It turns out that of the various tools of the occupation, traffic jams are the most common: an elegant and deliberate way of carrying out Israel’s collective punishment against Palestinians.
By Sahar Vardi
Several years ago, Palestinians saw the release of Azmeh (“traffic”), a mobile navigation app that helps them to circumvent the burdensome restrictions on movement in the occupied territories. As opposed to the Israeli navigation app, Waze, Azmeh equivalent maps not only traffic jams, but also their source: Israeli checkpoints.
Which checkpoint is causing trouble today? Where did the army establish a makeshift checkpoint that is holding up traffic? Which checkpoints are simply closed today? Like all other navigation apps, the goal is to bring drivers to their destination as fast as possible and with the least amount of traffic. But in Palestine, most traffic jams form for one reason.
This past week I drove along with another activist in East Jerusalem on Rabea al-Adwiyeh Road. This is the main road in the A-Tur neighborhood, which is home to the two largest Palestinian hospitals in Jerusalem, along with four schools. As we made our way, we suddenly discovered that the road had been blocked. Two police vehicles stood in the middle, blocking both lanes. Every so often a sleepy police officer would wave through the cars driving northward, creating traffic by forcing them to turn either left or right. So what if they are diverted to the wrong direction? At least they had where to go, as opposed to the cars driving southward, who were forced to simply sit and wait.
We got out of the car to try and understand what was happening, joining a group of Palestinians who gathered around the police officers, who wore bulletproof vests and held tear gas grenades and batons. A young Palestinian tried to translate the cries of an older man from the village, who demanded that the police open the road. The police responded that the road had been blocked because someone had thrown a stone. When? From what direction? Why does it matter? It doesn’t, because the police have to follow orders: every time someone throws a stone or shoots fireworks, they block the street. For how long? Until they become fed up. A young man who stood next to us said that this was the third time the road had blocked that day.
Our attempts to tell the police that blocking a main road as a form of collective punishment is not legitimate — especially when the road is located between two main hospitals in East Jerusalem — were cut off by ambulance silence. The ambulances that left Augusta Victoria Hospital was stuck in the traffic jam, and it took a few minutes until the police decided to open one lane to allow the vehicle to pass between all the cars that, at this point, were blocking both lanes. After all, why does it matter that an ambulance reach a sick or wounded Palestinian in time?

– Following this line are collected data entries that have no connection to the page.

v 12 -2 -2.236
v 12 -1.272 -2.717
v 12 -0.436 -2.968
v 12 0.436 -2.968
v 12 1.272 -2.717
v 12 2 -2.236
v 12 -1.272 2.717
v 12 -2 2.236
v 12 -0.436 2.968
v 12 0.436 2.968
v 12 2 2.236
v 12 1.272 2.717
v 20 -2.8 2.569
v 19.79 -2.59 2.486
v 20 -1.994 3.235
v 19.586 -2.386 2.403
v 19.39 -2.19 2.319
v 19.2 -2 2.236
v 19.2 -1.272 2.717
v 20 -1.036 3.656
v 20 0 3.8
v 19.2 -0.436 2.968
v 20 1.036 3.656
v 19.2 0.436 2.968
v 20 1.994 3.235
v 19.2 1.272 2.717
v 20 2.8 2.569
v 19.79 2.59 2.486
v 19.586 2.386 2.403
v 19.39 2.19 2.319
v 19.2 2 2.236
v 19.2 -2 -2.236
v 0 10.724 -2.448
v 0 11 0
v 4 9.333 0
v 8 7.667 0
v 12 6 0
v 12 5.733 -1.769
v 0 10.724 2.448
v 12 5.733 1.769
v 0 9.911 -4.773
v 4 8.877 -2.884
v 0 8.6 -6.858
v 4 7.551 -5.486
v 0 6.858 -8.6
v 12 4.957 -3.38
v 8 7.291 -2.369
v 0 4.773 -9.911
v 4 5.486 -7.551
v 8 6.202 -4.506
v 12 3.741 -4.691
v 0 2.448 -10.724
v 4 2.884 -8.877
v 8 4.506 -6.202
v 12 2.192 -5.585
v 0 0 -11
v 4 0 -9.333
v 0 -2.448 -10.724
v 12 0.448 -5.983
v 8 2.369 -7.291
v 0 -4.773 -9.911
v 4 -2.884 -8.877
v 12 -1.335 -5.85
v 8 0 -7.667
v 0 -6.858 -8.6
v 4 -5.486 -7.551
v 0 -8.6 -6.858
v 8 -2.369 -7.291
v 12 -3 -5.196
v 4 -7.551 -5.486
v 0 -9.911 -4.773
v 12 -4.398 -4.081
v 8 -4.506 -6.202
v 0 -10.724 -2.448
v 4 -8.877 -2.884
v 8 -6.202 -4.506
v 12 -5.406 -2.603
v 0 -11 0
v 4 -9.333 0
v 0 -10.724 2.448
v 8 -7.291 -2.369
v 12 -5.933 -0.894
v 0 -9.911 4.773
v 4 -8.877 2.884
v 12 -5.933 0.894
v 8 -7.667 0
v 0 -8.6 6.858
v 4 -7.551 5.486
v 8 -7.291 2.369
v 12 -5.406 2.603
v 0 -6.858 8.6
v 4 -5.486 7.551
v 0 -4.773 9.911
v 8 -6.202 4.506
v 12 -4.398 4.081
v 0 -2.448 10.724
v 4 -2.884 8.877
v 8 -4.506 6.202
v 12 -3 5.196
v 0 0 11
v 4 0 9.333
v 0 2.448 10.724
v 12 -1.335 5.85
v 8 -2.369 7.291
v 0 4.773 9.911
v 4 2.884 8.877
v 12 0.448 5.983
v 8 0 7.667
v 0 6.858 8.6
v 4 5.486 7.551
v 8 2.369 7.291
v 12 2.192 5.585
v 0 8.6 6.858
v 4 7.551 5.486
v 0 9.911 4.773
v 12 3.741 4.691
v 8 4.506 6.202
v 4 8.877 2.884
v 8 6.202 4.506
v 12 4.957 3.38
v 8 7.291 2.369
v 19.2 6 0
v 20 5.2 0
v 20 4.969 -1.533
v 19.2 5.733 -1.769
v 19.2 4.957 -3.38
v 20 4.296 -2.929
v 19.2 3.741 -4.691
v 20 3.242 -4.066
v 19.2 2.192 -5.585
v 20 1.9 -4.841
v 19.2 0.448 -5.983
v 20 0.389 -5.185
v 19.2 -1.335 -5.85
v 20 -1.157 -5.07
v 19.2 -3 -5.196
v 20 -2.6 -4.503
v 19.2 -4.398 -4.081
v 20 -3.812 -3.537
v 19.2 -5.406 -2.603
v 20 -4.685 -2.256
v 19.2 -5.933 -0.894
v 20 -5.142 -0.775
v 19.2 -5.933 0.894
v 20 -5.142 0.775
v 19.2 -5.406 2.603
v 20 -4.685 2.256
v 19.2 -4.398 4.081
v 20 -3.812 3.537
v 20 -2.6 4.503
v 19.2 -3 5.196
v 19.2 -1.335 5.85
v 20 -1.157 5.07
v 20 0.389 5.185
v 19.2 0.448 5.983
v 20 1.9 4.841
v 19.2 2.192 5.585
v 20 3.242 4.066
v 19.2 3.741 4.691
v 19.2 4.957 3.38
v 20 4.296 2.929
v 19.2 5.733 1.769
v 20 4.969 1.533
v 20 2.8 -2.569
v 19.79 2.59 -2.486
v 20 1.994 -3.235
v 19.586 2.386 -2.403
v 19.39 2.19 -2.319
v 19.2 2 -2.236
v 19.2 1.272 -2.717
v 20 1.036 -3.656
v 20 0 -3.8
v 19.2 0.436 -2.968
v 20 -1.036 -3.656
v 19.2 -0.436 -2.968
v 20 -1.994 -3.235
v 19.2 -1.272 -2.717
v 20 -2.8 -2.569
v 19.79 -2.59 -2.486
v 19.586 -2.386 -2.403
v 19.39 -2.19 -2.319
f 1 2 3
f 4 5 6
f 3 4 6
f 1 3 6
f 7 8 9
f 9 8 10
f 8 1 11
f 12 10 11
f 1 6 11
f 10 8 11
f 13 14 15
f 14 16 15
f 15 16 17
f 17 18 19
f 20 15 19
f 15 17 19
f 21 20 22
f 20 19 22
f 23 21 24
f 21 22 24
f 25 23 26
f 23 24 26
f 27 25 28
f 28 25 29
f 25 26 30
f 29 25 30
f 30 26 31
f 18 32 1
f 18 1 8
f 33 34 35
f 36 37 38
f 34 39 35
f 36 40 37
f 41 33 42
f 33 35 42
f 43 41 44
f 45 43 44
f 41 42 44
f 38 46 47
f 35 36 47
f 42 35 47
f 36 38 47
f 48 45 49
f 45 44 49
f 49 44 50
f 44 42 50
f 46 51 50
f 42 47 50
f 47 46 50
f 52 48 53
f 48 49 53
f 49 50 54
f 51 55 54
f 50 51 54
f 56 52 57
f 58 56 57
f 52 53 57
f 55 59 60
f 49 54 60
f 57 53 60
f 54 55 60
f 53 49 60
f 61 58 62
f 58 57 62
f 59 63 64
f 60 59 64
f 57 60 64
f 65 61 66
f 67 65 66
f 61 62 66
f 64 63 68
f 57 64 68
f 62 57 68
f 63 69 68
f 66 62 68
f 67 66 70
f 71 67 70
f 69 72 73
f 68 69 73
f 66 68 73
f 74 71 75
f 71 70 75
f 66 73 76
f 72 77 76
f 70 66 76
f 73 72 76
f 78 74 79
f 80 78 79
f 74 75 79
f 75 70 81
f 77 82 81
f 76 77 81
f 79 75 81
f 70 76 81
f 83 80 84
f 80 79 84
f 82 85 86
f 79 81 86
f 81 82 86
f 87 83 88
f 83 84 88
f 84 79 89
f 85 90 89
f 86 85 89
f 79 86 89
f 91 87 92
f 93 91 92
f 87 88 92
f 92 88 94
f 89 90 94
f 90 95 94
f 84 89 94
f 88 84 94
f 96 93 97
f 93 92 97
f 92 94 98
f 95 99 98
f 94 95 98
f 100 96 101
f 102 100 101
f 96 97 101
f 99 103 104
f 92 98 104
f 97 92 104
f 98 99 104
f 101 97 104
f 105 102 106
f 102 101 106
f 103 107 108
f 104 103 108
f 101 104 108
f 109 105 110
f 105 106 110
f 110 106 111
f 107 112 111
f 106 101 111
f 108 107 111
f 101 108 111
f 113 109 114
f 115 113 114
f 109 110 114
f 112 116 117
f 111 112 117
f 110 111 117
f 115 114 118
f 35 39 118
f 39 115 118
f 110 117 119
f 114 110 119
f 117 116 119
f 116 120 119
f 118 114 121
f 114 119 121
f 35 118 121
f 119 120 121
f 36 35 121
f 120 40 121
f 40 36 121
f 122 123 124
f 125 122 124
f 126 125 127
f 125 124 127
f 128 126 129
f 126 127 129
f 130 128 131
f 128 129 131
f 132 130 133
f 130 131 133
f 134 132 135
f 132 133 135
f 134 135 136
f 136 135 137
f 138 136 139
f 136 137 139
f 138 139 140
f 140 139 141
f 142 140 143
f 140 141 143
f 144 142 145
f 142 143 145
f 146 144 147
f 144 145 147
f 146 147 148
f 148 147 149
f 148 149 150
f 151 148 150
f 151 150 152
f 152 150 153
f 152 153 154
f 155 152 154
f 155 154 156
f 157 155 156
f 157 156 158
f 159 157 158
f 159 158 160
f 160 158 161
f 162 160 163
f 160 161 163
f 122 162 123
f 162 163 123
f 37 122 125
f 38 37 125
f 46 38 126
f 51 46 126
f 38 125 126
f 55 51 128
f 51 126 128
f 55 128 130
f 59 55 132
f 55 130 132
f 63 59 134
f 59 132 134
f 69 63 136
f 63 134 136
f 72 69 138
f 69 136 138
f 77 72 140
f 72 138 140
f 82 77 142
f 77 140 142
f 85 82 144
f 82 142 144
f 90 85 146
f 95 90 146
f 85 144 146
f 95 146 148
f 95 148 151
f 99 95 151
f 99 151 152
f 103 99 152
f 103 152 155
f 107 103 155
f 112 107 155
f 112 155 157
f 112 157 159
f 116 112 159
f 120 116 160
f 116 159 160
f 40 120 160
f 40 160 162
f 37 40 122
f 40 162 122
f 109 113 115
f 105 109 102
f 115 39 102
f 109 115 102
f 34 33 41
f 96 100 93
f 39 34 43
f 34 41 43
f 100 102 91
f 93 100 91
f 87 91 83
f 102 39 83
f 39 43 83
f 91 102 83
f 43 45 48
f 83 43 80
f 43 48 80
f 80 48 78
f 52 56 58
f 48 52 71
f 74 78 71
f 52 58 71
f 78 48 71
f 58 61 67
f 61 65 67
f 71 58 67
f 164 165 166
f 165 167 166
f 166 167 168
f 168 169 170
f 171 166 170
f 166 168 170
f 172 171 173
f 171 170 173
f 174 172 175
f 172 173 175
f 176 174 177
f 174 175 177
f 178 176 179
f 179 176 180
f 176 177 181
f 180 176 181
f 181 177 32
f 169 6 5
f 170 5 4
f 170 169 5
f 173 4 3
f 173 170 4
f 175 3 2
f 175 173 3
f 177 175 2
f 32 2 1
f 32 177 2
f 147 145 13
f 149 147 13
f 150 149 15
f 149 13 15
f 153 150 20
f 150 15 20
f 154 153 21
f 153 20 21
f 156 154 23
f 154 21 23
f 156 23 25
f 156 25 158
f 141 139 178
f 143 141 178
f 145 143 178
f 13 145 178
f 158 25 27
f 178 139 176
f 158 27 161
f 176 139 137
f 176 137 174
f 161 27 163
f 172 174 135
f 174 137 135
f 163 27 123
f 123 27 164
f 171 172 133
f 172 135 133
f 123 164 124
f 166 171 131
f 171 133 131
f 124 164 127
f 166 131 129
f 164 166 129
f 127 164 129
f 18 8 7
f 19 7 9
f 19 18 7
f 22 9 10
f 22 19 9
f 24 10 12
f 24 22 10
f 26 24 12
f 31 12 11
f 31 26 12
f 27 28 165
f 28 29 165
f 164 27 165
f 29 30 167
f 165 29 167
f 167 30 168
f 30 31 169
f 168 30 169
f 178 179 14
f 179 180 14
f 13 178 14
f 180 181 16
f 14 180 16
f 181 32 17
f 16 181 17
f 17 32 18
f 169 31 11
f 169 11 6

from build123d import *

# Parameters (mm, degrees)
CUT_EXTRUDE1_DEPTH = 8
CHAMFER1_SIZE      = 0.8


with BuildPart() as part:
    # Sketch2 → Revolve1 (revolve)
    with BuildSketch(Plane.XY):
        Polygon((0, 0), (0, 11), (12, 6), (20, 6), (20, 0), align=None)
    revolve(axis=Axis((20, 0, 0), (-1, 0, 0)))

    # Sketch3 → Cut-Extrude1 (cut)
    with BuildSketch(Plane(origin=(20, 0, 0), x_dir=(0, 0, -1), z_dir=(1, 0, 0))):
        with BuildLine():
            Line((-2.236067977, 2), (2.236067977, 2))
            ThreePointArc((2.236067977, 2), (3, 0), (2.236067977, -2))
            Line((2.236067977, -2), (-2.236067977, -2))
            ThreePointArc((-2.236067977, -2), (-3, 0), (-2.236067977, 2))
        make_face()
    extrude(amount=-CUT_EXTRUDE1_DEPTH, mode=Mode.SUBTRACT)

    # Chamfer1
    chamfer1_edges = [part.edges().sort_by_distance(p)[0] for p in [
        (20, 0, 3),
        (20, -2, 0),
        (20, 0, -3),
        (20, 2, 0),
        (20, -6, 0),
    ]]
    chamfer(chamfer1_edges, length=CHAMFER1_SIZE)


solid = part.part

We stood for nearly half an hour without moving. Suffice it to say that not a single stone was thrown around us, nor were fireworks fired into the Jerusalem evening sky. Yet the police persisted — “for the sake of security.” When we called the police spokesperson to find out why the road was blocked, the only response we received was: “There was nothing unusual. If there was, we will issue a response.” Then she hung out.

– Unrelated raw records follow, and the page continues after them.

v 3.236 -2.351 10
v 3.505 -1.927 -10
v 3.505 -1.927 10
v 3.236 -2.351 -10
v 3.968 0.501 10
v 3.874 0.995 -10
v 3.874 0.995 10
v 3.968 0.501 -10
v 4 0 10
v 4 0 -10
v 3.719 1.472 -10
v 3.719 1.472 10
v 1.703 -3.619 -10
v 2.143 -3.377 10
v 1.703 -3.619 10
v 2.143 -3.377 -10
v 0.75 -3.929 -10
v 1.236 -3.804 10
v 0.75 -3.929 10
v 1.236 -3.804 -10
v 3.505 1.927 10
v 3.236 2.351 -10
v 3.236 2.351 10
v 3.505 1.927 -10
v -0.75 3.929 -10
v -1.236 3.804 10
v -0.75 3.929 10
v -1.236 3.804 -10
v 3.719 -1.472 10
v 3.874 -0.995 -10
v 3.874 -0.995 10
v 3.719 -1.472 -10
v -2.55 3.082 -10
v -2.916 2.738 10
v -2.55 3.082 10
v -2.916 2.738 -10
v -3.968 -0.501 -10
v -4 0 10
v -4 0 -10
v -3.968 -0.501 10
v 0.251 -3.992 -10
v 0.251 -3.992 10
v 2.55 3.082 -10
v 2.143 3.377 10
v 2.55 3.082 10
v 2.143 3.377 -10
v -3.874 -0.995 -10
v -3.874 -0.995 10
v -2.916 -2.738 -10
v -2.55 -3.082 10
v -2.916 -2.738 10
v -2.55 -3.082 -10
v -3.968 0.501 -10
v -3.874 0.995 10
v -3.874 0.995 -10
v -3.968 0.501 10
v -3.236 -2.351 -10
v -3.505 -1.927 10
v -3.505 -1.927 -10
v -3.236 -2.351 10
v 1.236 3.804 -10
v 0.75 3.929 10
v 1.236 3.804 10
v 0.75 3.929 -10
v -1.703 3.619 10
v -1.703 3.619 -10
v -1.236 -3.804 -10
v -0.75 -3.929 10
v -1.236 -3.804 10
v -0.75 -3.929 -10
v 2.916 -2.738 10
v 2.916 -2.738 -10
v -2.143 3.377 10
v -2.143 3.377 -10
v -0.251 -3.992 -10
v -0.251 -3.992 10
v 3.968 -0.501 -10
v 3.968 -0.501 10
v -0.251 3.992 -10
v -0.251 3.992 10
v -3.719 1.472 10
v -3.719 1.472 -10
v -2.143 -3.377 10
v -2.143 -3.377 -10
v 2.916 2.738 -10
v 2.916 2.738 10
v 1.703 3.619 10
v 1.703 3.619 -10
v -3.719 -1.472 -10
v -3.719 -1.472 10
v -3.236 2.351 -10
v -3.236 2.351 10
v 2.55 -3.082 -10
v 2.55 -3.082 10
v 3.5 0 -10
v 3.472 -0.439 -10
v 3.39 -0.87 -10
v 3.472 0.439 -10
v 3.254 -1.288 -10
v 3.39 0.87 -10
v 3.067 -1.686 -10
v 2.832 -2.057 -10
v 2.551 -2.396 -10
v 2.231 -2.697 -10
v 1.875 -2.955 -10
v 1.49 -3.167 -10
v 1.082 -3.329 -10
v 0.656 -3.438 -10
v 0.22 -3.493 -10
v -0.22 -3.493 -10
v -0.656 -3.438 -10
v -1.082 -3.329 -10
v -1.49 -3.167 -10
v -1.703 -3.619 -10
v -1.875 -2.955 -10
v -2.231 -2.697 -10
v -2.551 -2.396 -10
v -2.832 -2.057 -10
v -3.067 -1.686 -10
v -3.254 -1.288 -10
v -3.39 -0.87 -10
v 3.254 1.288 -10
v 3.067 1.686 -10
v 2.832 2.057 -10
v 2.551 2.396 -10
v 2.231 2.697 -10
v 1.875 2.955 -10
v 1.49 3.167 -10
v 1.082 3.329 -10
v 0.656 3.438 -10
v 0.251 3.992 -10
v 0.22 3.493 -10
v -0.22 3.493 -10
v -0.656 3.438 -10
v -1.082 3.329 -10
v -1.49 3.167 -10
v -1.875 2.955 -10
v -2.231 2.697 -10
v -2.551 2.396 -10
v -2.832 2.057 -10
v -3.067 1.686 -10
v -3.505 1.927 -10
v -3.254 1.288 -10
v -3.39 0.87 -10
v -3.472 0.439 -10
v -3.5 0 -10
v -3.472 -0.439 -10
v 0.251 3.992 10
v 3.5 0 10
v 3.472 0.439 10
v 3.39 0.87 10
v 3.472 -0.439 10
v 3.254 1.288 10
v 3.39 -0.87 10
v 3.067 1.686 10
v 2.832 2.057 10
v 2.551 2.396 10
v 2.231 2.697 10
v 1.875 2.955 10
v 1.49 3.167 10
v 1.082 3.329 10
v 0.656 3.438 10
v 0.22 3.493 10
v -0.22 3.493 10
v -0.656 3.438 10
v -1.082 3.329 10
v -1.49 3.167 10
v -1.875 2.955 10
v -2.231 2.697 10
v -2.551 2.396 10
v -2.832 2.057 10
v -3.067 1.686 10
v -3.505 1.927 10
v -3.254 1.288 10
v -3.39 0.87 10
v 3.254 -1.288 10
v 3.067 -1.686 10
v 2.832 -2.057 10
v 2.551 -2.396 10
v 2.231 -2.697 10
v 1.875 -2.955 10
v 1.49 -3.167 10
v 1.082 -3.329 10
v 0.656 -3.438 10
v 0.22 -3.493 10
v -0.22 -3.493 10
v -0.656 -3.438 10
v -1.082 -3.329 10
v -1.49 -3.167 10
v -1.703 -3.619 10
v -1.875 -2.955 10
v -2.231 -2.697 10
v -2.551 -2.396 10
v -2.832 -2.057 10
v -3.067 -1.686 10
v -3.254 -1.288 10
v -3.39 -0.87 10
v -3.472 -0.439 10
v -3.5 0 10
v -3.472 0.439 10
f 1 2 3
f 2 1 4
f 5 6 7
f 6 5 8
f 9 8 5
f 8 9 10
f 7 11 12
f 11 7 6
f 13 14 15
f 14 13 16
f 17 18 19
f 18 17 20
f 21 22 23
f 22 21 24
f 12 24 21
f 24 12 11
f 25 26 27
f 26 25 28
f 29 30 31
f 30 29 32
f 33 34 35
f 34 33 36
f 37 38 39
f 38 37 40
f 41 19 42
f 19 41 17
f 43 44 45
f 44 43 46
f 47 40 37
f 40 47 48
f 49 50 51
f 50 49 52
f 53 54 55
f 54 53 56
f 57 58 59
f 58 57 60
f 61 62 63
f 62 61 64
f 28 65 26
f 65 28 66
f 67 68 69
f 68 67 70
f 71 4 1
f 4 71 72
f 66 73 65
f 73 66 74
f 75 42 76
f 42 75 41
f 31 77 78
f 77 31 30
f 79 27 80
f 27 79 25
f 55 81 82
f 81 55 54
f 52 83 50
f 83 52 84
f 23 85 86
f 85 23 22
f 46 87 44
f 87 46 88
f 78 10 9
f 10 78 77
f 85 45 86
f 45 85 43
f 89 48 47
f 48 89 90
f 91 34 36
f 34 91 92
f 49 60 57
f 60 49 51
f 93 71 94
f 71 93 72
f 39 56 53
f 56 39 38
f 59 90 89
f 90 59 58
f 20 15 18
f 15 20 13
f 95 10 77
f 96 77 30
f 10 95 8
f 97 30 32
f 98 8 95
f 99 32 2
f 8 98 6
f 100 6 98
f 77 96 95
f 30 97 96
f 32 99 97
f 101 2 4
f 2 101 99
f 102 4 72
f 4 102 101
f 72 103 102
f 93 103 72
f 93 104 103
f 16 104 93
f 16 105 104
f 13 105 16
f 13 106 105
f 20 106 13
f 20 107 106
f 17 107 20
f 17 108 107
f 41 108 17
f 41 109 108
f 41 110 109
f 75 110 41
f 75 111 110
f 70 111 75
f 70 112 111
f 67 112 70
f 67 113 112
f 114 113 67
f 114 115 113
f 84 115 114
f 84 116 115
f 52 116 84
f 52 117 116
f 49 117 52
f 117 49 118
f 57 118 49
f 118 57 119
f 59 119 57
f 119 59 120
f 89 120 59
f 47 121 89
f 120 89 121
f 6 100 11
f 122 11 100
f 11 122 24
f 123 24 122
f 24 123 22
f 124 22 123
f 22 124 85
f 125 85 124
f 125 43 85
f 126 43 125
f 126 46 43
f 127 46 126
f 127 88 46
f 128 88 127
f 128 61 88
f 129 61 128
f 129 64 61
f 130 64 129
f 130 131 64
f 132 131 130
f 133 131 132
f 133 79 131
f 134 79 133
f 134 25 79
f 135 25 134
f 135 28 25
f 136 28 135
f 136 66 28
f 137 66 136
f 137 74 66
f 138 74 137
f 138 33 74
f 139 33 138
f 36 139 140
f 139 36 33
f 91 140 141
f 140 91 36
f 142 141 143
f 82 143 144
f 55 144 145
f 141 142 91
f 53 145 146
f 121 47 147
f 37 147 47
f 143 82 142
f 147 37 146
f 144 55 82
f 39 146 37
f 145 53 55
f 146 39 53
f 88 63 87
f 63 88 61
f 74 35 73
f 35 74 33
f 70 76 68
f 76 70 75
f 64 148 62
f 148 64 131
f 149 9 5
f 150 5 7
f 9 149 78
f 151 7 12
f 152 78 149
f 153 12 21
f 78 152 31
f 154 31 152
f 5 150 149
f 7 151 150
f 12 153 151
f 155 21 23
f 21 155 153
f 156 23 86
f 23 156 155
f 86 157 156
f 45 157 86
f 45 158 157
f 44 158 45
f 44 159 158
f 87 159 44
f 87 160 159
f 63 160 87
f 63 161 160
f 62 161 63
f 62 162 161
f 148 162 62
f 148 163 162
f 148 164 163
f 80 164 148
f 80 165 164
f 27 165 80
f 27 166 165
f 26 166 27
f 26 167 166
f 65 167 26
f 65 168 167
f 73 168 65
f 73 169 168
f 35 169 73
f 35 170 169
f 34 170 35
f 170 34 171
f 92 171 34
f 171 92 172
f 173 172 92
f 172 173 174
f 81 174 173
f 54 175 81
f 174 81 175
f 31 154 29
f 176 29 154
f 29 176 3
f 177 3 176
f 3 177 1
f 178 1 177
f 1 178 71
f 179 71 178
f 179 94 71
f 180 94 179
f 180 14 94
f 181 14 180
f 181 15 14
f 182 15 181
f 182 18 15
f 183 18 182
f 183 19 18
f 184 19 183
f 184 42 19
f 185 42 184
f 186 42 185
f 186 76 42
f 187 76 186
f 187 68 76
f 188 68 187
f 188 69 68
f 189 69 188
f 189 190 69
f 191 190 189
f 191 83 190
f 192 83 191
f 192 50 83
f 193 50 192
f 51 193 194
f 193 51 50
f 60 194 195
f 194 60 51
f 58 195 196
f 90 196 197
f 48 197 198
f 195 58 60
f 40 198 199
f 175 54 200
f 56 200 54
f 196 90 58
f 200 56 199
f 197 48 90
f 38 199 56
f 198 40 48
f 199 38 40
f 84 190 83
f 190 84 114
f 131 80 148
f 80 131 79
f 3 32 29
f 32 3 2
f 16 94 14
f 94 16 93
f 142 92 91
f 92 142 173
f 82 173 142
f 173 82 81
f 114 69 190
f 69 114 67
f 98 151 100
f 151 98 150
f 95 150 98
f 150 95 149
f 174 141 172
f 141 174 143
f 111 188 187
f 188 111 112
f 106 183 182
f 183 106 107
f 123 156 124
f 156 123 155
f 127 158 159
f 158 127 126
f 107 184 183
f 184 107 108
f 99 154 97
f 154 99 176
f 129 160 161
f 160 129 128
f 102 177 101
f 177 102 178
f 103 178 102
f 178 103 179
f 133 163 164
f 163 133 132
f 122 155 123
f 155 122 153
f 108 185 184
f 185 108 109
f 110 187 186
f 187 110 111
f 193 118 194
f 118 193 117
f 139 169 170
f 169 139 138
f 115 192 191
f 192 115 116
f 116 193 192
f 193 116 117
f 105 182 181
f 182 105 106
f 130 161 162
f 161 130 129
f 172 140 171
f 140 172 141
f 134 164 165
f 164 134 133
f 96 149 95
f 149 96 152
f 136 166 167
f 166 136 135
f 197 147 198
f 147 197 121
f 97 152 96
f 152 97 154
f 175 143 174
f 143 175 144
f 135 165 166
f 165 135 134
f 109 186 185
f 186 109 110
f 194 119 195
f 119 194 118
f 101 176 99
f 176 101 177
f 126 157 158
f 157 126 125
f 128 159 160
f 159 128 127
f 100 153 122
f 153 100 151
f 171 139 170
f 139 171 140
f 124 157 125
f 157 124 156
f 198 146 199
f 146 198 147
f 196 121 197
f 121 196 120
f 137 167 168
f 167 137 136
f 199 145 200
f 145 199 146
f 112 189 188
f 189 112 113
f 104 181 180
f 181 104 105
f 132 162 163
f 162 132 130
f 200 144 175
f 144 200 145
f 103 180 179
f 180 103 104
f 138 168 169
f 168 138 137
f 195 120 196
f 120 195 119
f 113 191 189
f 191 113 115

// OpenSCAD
$fn = 50;


difference() {
	union() {
		translate(v = [0, 0, -10.0000000000]) {
			cylinder(h = 20, r = 4.0000000000);
		}
	}
	union() {
		translate(v = [0, 0, -100.0000000000]) {
			cylinder(h = 200, r = 3.5000000000);
		}
	}
}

The truth is that nothing unusual happened. It was not unusual for that day in which the road had been blocked three times. It is not unusual for a neighborhood where police forces regularly block roads, and where giant cinder blocks have been regularly help the police
It turns out that of the various tools of the occupation, traffic jams are the most common. It is an elegant way to carry out collective punishment. But as opposed to the traffic jams that Israelis are used to, these traffic jams are deliberate. We don’t need an application to solve them, we just need to put an end to the policy of collective punishment.